** Assignment **
Below is a listing. Write out exactly its lines between the one holding "#26=CIRCLE('',#18,2.6);" and the one holding "#60=CYLINDRICAL_SURFACE('',#36,2.6);", inclusive.

** Data excerpts **
※ ※ ※
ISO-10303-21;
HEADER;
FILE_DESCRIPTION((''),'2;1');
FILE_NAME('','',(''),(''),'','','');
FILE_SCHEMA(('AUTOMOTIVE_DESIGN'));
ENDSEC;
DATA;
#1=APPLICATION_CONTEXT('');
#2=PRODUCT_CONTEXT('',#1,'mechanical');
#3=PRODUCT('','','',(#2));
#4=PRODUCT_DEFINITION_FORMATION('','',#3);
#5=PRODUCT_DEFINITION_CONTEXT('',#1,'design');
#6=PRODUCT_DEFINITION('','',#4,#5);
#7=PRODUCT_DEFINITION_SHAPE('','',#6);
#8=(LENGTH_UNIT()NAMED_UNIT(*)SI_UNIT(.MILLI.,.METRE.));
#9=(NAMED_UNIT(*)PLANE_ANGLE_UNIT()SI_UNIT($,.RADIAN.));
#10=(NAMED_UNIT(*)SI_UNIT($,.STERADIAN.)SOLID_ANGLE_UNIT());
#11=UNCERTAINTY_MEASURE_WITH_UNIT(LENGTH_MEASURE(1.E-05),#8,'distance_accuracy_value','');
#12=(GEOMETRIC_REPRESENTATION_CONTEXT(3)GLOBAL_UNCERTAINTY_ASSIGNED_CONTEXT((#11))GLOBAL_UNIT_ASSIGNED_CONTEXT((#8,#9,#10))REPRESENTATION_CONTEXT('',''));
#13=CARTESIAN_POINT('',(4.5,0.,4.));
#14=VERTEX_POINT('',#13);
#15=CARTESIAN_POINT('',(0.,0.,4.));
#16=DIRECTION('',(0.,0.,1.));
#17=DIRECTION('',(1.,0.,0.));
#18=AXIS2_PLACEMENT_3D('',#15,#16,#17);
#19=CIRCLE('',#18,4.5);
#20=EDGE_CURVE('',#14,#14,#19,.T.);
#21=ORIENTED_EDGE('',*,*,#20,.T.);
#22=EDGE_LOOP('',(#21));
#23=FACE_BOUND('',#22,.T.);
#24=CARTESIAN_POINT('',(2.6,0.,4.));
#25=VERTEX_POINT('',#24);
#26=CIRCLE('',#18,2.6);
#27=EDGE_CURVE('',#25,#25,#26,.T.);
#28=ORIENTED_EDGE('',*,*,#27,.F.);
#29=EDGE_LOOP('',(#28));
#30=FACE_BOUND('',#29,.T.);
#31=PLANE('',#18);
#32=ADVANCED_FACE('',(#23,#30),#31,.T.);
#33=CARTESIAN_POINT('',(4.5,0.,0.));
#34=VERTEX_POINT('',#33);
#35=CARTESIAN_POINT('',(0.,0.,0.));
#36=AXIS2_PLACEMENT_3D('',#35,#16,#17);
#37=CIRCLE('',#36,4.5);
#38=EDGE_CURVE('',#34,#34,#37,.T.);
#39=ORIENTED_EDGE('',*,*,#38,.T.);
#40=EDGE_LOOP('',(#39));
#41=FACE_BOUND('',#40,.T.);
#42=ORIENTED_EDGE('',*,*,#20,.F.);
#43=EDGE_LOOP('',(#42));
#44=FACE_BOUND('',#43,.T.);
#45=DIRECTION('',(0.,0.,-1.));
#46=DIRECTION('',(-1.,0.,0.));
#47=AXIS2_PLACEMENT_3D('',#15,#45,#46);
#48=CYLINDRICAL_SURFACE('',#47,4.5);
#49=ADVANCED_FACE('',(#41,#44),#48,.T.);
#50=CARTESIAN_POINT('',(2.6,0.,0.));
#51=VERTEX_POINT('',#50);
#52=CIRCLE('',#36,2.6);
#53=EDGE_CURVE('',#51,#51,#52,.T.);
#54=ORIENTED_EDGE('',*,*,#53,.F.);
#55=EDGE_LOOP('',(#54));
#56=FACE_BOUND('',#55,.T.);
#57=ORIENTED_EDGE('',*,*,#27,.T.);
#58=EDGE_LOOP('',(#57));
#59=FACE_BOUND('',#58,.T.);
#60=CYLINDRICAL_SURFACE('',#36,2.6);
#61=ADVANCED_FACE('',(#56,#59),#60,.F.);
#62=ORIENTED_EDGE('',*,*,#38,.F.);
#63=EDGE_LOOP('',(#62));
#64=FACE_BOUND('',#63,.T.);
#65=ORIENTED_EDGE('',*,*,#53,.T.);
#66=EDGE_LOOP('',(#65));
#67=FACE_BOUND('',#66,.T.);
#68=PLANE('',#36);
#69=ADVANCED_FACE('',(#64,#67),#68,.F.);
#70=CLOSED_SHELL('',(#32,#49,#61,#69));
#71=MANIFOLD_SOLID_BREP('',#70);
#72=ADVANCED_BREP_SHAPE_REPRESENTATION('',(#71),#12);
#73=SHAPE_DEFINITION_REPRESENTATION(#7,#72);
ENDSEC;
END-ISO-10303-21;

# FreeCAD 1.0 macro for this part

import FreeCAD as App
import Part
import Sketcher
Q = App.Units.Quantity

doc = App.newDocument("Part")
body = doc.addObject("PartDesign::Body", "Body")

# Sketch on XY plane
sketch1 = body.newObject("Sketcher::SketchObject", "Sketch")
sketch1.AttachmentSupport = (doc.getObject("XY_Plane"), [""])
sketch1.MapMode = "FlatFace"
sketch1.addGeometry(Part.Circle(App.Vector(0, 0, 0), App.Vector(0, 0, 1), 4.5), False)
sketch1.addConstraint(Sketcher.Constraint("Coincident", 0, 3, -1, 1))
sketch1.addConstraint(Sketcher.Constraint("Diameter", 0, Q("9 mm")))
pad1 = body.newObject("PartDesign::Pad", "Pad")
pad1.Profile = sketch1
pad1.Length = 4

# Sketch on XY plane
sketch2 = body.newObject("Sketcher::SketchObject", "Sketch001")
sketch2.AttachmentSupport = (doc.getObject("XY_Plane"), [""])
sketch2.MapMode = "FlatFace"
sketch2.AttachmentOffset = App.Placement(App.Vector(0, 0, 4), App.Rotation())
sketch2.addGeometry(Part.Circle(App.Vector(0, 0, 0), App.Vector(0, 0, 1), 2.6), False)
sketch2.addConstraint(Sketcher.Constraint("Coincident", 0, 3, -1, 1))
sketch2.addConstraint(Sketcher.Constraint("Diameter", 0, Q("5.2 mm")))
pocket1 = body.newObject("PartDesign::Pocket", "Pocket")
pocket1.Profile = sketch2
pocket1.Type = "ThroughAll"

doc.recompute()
※ ※ ※
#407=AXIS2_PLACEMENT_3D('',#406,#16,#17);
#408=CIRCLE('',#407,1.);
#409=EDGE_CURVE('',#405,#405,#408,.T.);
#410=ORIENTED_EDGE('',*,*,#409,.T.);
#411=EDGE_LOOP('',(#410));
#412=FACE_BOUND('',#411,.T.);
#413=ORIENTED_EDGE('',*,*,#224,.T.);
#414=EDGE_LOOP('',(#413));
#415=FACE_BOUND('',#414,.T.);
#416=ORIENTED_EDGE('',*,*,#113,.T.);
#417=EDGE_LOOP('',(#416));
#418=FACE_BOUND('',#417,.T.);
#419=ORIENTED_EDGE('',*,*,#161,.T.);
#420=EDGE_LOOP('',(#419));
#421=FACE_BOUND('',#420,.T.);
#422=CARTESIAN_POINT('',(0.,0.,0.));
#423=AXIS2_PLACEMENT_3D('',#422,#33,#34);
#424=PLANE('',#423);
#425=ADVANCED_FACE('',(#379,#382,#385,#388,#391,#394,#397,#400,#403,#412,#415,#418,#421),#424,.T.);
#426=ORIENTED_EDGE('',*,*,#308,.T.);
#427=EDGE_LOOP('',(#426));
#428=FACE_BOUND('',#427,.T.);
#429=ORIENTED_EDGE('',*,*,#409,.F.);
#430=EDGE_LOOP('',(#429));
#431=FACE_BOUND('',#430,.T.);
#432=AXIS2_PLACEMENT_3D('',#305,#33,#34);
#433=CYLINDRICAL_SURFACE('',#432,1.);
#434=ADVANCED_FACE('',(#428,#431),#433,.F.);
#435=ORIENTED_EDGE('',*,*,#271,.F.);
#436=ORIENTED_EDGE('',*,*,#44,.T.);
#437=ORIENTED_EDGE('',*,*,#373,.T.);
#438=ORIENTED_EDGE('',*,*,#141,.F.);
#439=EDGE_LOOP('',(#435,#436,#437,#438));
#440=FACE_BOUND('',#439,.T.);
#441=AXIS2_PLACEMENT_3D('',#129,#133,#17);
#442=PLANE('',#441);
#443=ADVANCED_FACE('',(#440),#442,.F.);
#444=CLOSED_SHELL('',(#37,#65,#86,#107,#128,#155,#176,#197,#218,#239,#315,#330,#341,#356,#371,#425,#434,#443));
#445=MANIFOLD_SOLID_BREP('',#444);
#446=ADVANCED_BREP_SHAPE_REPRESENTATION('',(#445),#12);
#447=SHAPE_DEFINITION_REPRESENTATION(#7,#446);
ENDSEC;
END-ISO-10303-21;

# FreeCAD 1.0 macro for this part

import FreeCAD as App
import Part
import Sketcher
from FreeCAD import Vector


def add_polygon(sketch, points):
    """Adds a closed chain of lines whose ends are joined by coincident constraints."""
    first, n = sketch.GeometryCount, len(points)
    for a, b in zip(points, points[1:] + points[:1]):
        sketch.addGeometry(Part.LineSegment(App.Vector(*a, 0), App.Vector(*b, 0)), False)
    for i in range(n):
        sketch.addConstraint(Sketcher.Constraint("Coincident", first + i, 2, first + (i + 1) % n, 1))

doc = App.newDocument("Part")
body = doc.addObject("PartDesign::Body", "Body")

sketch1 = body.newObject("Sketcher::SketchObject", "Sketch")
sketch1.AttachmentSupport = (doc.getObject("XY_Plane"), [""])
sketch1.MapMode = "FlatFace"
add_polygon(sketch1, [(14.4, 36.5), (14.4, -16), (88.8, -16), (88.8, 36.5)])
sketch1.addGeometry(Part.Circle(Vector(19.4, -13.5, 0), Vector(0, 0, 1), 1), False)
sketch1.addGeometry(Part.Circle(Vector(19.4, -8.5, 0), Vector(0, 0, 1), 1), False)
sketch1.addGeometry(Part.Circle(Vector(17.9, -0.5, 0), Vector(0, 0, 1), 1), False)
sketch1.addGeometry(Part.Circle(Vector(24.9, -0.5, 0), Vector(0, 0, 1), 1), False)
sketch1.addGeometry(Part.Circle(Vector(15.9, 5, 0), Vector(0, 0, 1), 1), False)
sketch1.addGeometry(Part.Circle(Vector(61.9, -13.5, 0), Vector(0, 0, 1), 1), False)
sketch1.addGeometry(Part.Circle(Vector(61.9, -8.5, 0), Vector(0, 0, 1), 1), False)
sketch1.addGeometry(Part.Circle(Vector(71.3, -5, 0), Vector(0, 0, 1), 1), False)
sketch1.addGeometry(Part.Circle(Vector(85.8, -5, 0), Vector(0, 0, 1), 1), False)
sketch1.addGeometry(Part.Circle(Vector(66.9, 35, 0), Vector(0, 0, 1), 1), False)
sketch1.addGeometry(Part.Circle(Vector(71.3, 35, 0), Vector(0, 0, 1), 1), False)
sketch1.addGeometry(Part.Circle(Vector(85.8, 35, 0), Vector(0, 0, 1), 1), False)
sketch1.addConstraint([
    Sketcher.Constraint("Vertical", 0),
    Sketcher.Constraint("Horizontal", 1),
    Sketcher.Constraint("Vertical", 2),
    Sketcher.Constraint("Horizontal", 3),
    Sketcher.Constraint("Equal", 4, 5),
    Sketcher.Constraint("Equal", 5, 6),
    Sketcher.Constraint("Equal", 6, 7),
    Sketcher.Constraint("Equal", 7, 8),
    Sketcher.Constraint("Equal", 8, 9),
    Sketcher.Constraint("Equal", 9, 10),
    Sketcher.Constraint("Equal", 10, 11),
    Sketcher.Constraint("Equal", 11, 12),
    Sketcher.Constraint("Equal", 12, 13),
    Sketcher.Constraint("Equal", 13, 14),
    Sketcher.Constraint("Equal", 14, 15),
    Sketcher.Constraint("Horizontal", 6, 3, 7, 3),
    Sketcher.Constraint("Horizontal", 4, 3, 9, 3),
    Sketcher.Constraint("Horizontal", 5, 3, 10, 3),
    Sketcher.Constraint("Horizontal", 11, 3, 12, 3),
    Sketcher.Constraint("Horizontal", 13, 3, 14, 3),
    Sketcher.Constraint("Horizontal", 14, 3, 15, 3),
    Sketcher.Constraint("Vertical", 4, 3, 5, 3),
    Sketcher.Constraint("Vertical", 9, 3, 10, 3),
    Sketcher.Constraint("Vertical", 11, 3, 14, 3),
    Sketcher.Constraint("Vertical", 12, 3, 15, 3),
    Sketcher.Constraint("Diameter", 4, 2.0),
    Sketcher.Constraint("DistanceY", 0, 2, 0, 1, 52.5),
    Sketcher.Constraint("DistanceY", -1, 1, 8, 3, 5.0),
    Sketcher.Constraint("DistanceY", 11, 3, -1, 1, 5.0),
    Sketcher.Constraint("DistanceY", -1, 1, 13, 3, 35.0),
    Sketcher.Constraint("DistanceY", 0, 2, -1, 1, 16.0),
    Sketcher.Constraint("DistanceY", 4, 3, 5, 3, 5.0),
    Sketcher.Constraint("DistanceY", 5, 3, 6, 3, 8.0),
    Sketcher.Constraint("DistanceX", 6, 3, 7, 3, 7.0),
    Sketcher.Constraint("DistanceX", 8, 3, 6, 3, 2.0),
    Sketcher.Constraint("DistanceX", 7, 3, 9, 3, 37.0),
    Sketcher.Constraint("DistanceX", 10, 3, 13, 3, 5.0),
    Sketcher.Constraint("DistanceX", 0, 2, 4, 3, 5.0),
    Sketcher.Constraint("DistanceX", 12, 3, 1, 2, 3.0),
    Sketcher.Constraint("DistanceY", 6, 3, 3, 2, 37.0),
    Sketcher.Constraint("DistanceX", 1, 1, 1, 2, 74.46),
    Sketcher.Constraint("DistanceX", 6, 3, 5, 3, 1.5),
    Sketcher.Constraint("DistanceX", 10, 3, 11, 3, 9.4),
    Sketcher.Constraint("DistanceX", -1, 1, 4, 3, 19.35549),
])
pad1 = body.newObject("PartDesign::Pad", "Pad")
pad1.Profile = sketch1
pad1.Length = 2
※ ※ ※
** Written solution **
#26=CIRCLE('',#18,2.6);
#27=EDGE_CURVE('',#25,#25,#26,.T.);
#28=ORIENTED_EDGE('',*,*,#27,.F.);
#29=EDGE_LOOP('',(#28));
#30=FACE_BOUND('',#29,.T.);
#31=PLANE('',#18);
#32=ADVANCED_FACE('',(#23,#30),#31,.T.);
#33=CARTESIAN_POINT('',(4.5,0.,0.));
#34=VERTEX_POINT('',#33);
#35=CARTESIAN_POINT('',(0.,0.,0.));
#36=AXIS2_PLACEMENT_3D('',#35,#16,#17);
#37=CIRCLE('',#36,4.5);
#38=EDGE_CURVE('',#34,#34,#37,.T.);
#39=ORIENTED_EDGE('',*,*,#38,.T.);
#40=EDGE_LOOP('',(#39));
#41=FACE_BOUND('',#40,.T.);
#42=ORIENTED_EDGE('',*,*,#20,.F.);
#43=EDGE_LOOP('',(#42));
#44=FACE_BOUND('',#43,.T.);
#45=DIRECTION('',(0.,0.,-1.));
#46=DIRECTION('',(-1.,0.,0.));
#47=AXIS2_PLACEMENT_3D('',#15,#45,#46);
#48=CYLINDRICAL_SURFACE('',#47,4.5);
#49=ADVANCED_FACE('',(#41,#44),#48,.T.);
#50=CARTESIAN_POINT('',(2.6,0.,0.));
#51=VERTEX_POINT('',#50);
#52=CIRCLE('',#36,2.6);
#53=EDGE_CURVE('',#51,#51,#52,.T.);
#54=ORIENTED_EDGE('',*,*,#53,.F.);
#55=EDGE_LOOP('',(#54));
#56=FACE_BOUND('',#55,.T.);
#57=ORIENTED_EDGE('',*,*,#27,.T.);
#58=EDGE_LOOP('',(#57));
#59=FACE_BOUND('',#58,.T.);
#60=CYLINDRICAL_SURFACE('',#36,2.6);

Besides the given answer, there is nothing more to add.